Top Ten Signs of Hip-Hop Influence on John Forbes Kerry. He says he's "fascinated" by hip-hop, you know.

A little strange, but give it a chance: Top Ten Points of Comparison Between John Forbes Kerry and Bigfoot.

And, if you're annoyed by Oliver Willis as much as I am, try taking the Oliver Willis SAT's.

The Backlash Hasn't Begun Quite Yet Update: Kelly tips to this letter to Mark Steyn from a vet who knew Kerry from the VVAW:

I met John Kerry when I became a member of the Vietnam Veterans Against the War in 1971. If I were running for office, I might be tempted to say that I joined the WAW because I was opposed to the war. The truth was less noble. I was broke, their offices were a convenient crash pad and you could meet a hell of lot of loose women by going to demonstrations as a “Vet”.

...

John was clearly on the make, but he was also a classic preppy mook. He wanted so much to be one of the people like Scott Camille who had been “stone killers” but after a few minutes of talking to him it was clear that he was one of the guys who never knew where the fire was coming from even when the enemy were using tracers.

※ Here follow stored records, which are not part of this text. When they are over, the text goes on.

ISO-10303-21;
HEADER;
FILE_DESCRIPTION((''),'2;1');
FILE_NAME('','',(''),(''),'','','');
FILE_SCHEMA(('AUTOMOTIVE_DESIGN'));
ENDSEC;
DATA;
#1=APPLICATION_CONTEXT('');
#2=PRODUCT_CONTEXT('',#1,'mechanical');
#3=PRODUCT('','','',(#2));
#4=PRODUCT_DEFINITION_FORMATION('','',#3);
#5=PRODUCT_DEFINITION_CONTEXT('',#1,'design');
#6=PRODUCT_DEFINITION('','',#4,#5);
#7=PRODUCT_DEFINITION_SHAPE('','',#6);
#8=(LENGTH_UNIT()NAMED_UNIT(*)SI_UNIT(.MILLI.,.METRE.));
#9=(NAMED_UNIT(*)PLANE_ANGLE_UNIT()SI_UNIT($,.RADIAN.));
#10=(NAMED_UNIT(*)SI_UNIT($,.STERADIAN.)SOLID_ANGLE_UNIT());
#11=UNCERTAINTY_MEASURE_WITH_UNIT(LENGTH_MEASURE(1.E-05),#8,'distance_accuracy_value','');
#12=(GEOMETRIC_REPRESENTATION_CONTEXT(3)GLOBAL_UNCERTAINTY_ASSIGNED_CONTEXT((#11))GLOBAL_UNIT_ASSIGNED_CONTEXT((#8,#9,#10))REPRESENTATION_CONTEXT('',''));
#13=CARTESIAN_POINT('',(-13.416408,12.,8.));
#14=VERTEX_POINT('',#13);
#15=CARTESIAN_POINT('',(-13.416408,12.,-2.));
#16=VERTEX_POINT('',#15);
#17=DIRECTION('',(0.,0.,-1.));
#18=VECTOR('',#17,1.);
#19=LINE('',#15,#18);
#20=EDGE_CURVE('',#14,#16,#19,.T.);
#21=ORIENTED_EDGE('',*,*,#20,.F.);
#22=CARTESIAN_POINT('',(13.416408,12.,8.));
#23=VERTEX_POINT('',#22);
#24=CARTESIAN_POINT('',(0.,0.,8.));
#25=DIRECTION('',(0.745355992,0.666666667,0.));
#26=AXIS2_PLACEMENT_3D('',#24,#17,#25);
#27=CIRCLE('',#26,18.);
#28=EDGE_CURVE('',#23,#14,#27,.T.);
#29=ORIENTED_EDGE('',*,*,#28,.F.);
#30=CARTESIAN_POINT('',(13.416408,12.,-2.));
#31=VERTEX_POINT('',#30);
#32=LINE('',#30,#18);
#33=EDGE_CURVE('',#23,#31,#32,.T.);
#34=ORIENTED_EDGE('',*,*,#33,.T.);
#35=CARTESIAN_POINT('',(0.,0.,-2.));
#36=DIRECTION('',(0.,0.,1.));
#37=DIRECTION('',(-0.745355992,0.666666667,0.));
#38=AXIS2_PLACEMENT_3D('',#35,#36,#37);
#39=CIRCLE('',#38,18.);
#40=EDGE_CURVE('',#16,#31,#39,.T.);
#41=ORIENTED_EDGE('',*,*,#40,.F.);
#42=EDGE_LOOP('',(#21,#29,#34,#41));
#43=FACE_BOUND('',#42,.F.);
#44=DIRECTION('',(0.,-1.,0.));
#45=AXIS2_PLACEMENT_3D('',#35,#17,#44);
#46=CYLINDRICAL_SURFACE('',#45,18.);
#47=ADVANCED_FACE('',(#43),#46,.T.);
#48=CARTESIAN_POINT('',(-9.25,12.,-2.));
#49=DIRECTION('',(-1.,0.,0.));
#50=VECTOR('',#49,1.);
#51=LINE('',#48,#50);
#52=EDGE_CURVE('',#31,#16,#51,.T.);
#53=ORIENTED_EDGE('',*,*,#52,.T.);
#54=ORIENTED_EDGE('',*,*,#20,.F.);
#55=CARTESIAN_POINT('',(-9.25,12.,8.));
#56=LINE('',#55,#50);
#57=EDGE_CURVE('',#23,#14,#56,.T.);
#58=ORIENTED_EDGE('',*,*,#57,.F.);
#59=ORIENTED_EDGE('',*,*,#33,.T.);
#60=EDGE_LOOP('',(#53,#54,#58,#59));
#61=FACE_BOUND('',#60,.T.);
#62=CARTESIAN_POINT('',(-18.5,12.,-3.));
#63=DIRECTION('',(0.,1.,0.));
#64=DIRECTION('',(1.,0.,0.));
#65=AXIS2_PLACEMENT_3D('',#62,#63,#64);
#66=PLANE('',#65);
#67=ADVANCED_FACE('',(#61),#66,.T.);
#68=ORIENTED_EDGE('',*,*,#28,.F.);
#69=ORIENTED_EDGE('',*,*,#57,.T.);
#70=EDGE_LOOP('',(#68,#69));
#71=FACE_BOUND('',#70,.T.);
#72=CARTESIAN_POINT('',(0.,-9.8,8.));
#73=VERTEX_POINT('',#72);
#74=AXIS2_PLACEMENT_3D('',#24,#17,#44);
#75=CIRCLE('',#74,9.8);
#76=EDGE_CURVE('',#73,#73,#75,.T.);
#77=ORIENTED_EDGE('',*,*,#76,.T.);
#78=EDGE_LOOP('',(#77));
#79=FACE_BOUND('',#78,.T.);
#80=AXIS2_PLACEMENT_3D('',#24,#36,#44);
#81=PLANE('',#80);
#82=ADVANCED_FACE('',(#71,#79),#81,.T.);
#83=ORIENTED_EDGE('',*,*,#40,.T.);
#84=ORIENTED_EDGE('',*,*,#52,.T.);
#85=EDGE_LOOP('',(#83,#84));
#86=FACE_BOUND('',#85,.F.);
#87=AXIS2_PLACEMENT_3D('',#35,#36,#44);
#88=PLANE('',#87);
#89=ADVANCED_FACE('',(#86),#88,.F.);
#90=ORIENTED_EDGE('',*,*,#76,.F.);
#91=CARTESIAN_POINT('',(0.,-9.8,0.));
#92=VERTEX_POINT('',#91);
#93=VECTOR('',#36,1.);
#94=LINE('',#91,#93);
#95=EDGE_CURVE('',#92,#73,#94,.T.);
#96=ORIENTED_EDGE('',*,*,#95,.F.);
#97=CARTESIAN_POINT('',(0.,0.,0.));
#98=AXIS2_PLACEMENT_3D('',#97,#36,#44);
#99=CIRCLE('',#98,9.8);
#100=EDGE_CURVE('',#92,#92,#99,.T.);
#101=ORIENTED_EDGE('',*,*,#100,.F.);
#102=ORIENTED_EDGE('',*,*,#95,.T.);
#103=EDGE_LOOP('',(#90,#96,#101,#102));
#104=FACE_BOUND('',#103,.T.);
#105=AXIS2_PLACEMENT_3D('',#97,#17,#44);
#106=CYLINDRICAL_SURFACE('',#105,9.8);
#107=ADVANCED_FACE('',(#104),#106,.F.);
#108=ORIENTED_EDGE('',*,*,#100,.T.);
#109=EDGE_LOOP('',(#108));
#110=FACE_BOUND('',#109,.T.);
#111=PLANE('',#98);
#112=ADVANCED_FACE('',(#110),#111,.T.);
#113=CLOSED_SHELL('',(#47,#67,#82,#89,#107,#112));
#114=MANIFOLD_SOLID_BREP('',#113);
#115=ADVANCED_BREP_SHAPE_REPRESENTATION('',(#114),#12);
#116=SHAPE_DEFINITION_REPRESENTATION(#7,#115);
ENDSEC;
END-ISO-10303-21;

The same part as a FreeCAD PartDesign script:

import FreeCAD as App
import Part
import Sketcher
from FreeCAD import Vector

doc = App.newDocument("Part")
params = doc.addObject("Spreadsheet::Sheet", "Params")
for row, (alias, value) in enumerate([
    ("sketch1_width", "10 mm"),
    ("sketch1_height", "35 mm"),
    ("pad1_length", "15 mm"),
    ("sketch2_diameter", "19.6 mm"),
    ("pad2_length", "110 mm"),
    ("sketch3_diameter", "36 mm"),
    ("pad3_length", "10 mm"),
], start=1):
    params.set(f"A{row}", alias)
    params.set(f"B{row}", "=" + value)
    params.setAlias(f"B{row}", alias)

body = doc.addObject("PartDesign::Body", "Body")

# Sketch on XY plane
sketch1 = body.newObject("Sketcher::SketchObject", "Sketch")
sketch1.AttachmentSupport = (doc.getObject("XY_Plane"), [""])
sketch1.MapMode = "FlatFace"
sketch1.AttachmentOffset = App.Placement(Vector(0, 0, -3), App.Rotation())
sketch1.addGeometry([
    Part.LineSegment(Vector(-22, 16.5, 0), Vector(-22, -18.5, 0)),
    Part.LineSegment(Vector(-22, -18.5, 0), Vector(-12, -18.5, 0)),
    Part.LineSegment(Vector(-12, -18.5, 0), Vector(-12, 16.5, 0)),
    Part.LineSegment(Vector(-12, 16.5, 0), Vector(-22, 16.5, 0)),
], False)
sketch1.addConstraint([
    Sketcher.Constraint("Coincident", 0, 2, 1, 1),
    Sketcher.Constraint("Coincident", 1, 2, 2, 1),
    Sketcher.Constraint("Coincident", 2, 2, 3, 1),
    Sketcher.Constraint("Coincident", 3, 2, 0, 1),
    Sketcher.Constraint("Vertical", 0),
    Sketcher.Constraint("Horizontal", 1),
    Sketcher.Constraint("Vertical", 2),
    Sketcher.Constraint("Horizontal", 3),
    Sketcher.Constraint("DistanceX", 1, 1, 1, 2, 10.0),
    Sketcher.Constraint("DistanceY", 0, 2, 0, 1, 35.0),
    Sketcher.Constraint("DistanceX", 0, 2, -1, 1, 22.0),
    Sketcher.Constraint("DistanceY", 0, 2, -1, 1, 18.5),
])
sketch1.setExpression("Constraints[8]", "Params.sketch1_width")
sketch1.setExpression("Constraints[9]", "Params.sketch1_height")
pad1 = body.newObject("PartDesign::Pad", "Pad")
pad1.Profile = sketch1
pad1.setExpression("Length", "Params.pad1_length")
body2 = doc.addObject("PartDesign::Body", "Body001")

# Sketch on XY plane
sketch2 = body2.newObject("Sketcher::SketchObject", "Sketch001")
sketch2.AttachmentSupport = (doc.getObject("XY_Plane001"), [""])
sketch2.MapMode = "FlatFace"
sketch2.addGeometry(Part.Circle(Vector(0, 0, 0), Vector(0, 0, 1), 9.8), False)
sketch2.addConstraint([
    Sketcher.Constraint("Coincident", 0, 3, -1, 1),
    Sketcher.Constraint("Diameter", 0, 19.6),
])
sketch2.setExpression("Constraints[1]", "Params.sketch2_diameter")
pad2 = body2.newObject("PartDesign::Pad", "Pad001")
pad2.Profile = sketch2
pad2.setExpression("Length", "Params.pad2_length")
body3 = doc.addObject("PartDesign::Body", "Body002")

# Sketch on XY plane
sketch3 = body3.newObject("Sketcher::SketchObject", "Sketch002")
sketch3.AttachmentSupport = (doc.getObject("XY_Plane002"), [""])
sketch3.MapMode = "FlatFace"
sketch3.AttachmentOffset = App.Placement(Vector(0, 0, -2), App.Rotation())
sketch3.addGeometry(Part.Circle(Vector(0, 0, 0), Vector(0, 0, 1), 18), False)
sketch3.addConstraint([
    Sketcher.Constraint("Coincident", 0, 3, -1, 1),
    Sketcher.Constraint("Diameter", 0, 36.0),
])
sketch3.setExpression("Constraints[1]", "Params.sketch3_diameter")
pad3 = body3.newObject("PartDesign::Pad", "Pad002")
pad3.Profile = sketch3
pad3.setExpression("Length", "Params.pad3_length")
doc.recompute()

boolean = body3.newObject("PartDesign::Boolean", "Boolean")
boolean.Type = "Cut"
boolean.addObjects([body2])
doc.recompute()

boolean2 = body3.newObject("PartDesign::Boolean", "Boolean001")
boolean2.Type = "Cut"
boolean2.addObjects([body])
body4 = doc.addObject("PartDesign::Body", "Body003")
doc.recompute()

body3.Placement = App.Placement(Vector(0, 0, 0), App.Rotation(Vector(0, 0, -1), 90))
boolean3 = body4.newObject("PartDesign::Boolean", "Boolean002")
boolean3.Type = "Fuse"
boolean3.addObjects([body3])

doc.recompute()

...I missed what would have been my one and only purple heart by deciding to get a cup of coffee about 30 seconds before an RPG cut through the outer bulkhead on the O-1 level of my LST and turned the mattress I been lying on into confetti. (Mr. Roberts in reverse; ever since then, I have never turned down an opportunity for caffeine).

John’s only replay was something along the lines of “Man, it was hell.” I doubt it. There were few safer places to be in Viet-Nam than the Mekong after Tet. The VC had been pretty much wiped out, and the NVA never made any serious attempts to use the rivers.

What I do not doubt is that John successfully gamed the system to get his 3 purples and his quick ticket home. I suppose I should be bitter about it, but life is too short; and you have to look at it from the point of view of his fellow sailors. The ones who knew what they were doing also knew that a guy that arrogantly dumb was a menace. He could get you killed. Better to ship him home.

John’s current stature as a “war hero” is a measure of how few Americans - even those of the “Greatest Generation” – have ever seen the sharp end of war.